◆ EXERCISE BRIEF
Reproduce the entries shown below only from the line with "#273=ADVANCED_FACE('',(#271),#272,.F.);" down to the line with "#300=LINE('',#186,#299);", keeping both end lines and copying each one exactly.

◆ DATA TO PROCESS
━━━━━━━━━━
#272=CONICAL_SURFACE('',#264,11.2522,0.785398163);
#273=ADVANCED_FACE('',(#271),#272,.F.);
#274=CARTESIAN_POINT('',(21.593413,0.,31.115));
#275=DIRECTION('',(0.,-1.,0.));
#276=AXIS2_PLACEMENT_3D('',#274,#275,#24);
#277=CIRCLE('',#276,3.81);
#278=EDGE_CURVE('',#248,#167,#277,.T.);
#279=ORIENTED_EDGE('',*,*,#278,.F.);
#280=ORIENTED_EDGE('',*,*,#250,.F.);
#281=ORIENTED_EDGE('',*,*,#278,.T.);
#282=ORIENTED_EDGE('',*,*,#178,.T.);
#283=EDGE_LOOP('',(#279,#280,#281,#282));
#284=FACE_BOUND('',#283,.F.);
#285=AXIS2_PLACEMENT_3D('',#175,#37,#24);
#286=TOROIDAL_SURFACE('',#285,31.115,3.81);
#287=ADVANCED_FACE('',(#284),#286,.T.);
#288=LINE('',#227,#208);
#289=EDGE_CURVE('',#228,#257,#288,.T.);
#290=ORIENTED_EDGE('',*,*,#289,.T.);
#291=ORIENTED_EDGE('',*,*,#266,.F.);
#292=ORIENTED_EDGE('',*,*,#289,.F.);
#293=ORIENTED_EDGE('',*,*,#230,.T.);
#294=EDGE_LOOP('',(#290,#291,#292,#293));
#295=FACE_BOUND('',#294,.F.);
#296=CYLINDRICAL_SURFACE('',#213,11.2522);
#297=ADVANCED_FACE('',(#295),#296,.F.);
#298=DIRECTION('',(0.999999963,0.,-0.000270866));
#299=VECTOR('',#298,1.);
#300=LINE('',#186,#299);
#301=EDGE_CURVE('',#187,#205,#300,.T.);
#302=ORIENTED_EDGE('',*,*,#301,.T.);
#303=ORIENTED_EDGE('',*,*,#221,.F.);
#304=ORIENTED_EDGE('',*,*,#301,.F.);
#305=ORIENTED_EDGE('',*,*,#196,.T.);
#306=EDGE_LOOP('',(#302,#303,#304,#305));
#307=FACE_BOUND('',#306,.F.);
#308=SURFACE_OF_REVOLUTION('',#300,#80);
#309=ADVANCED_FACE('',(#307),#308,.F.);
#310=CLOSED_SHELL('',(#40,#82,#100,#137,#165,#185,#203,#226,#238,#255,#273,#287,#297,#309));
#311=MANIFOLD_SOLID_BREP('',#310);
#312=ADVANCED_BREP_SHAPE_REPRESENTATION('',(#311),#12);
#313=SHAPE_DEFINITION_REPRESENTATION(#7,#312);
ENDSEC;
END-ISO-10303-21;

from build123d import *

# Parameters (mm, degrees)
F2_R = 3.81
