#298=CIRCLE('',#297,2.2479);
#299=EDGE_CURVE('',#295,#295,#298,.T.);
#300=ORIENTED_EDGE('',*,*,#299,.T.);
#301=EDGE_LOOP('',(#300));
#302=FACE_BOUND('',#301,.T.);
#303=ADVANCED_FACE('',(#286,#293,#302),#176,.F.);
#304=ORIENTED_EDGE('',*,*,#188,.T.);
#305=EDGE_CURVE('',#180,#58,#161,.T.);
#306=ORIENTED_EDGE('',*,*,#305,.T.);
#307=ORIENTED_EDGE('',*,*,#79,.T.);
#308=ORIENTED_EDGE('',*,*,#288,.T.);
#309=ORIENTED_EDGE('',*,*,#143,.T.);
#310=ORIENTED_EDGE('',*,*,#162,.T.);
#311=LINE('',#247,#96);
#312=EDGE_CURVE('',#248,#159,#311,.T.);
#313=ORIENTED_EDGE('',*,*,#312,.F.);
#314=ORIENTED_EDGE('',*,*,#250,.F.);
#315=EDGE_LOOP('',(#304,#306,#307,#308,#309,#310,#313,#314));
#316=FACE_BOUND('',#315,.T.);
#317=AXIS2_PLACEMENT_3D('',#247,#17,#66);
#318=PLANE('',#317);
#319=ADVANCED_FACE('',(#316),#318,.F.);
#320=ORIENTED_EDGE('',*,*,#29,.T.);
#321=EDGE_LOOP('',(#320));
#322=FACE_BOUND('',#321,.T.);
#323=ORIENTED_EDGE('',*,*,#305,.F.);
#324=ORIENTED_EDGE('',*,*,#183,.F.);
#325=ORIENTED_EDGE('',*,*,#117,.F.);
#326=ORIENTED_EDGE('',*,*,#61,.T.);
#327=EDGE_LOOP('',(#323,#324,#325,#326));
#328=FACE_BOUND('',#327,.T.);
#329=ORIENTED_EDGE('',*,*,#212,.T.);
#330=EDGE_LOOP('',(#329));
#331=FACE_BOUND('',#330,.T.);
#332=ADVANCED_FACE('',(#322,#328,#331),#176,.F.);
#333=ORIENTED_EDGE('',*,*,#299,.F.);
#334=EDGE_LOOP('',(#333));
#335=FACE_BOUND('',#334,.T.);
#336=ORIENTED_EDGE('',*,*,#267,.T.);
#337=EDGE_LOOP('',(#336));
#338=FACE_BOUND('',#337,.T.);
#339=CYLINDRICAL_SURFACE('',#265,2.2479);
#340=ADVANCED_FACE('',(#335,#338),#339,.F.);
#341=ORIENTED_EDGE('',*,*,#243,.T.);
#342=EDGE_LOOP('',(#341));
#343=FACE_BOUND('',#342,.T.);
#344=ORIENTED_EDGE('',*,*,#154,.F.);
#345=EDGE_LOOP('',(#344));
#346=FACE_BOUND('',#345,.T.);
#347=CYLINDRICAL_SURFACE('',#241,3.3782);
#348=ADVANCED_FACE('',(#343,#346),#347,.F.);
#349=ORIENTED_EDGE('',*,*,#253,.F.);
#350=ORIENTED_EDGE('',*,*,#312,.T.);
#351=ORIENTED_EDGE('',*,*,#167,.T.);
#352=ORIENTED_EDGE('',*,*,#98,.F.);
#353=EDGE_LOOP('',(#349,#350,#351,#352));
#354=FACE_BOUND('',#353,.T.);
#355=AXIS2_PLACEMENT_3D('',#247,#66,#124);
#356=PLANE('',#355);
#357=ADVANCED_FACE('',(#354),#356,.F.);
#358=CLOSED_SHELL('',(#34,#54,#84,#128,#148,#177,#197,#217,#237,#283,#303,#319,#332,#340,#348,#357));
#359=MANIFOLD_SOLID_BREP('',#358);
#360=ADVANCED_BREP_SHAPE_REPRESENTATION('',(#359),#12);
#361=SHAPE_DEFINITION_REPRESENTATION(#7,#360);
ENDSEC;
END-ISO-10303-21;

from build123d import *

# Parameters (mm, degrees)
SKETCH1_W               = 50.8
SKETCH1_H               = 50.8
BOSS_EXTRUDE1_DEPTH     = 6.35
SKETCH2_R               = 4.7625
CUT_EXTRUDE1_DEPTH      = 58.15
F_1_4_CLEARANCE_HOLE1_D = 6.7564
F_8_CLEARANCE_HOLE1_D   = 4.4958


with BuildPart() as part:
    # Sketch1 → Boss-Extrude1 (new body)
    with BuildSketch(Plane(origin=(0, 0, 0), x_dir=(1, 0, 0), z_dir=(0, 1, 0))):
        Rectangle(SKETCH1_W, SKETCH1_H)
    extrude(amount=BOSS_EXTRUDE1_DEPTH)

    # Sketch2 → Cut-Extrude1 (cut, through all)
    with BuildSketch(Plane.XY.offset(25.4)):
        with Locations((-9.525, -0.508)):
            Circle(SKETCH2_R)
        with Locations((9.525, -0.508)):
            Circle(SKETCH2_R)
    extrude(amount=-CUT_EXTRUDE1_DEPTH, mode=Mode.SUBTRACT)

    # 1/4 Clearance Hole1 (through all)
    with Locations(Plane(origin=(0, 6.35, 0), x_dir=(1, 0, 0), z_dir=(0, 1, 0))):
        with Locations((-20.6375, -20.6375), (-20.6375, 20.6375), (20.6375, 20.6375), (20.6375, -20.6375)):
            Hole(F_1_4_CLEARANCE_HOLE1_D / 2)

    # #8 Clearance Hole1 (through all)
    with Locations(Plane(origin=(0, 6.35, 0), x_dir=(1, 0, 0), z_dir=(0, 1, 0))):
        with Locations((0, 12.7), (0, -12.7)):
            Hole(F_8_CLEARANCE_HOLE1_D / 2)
━━━━━━━━━━
◆ EXERCISE SOLUTION
#273=ADVANCED_FACE('',(#271),#272,.F.);
#274=CARTESIAN_POINT('',(21.593413,0.,31.115));
#275=DIRECTION('',(0.,-1.,0.));
#276=AXIS2_PLACEMENT_3D('',#274,#275,#24);
#277=CIRCLE('',#276,3.81);
#278=EDGE_CURVE('',#248,#167,#277,.T.);
#279=ORIENTED_EDGE('',*,*,#278,.F.);
#280=ORIENTED_EDGE('',*,*,#250,.F.);
#281=ORIENTED_EDGE('',*,*,#278,.T.);
#282=ORIENTED_EDGE('',*,*,#178,.T.);
#283=EDGE_LOOP('',(#279,#280,#281,#282));
#284=FACE_BOUND('',#283,.F.);
#285=AXIS2_PLACEMENT_3D('',#175,#37,#24);
#286=TOROIDAL_SURFACE('',#285,31.115,3.81);
#287=ADVANCED_FACE('',(#284),#286,.T.);
#288=LINE('',#227,#208);
#289=EDGE_CURVE('',#228,#257,#288,.T.);
#290=ORIENTED_EDGE('',*,*,#289,.T.);
#291=ORIENTED_EDGE('',*,*,#266,.F.);
#292=ORIENTED_EDGE('',*,*,#289,.F.);
#293=ORIENTED_EDGE('',*,*,#230,.T.);
#294=EDGE_LOOP('',(#290,#291,#292,#293));
#295=FACE_BOUND('',#294,.F.);
#296=CYLINDRICAL_SURFACE('',#213,11.2522);
#297=ADVANCED_FACE('',(#295),#296,.F.);
#298=DIRECTION('',(0.999999963,0.,-0.000270866));
#299=VECTOR('',#298,1.);
#300=LINE('',#186,#299);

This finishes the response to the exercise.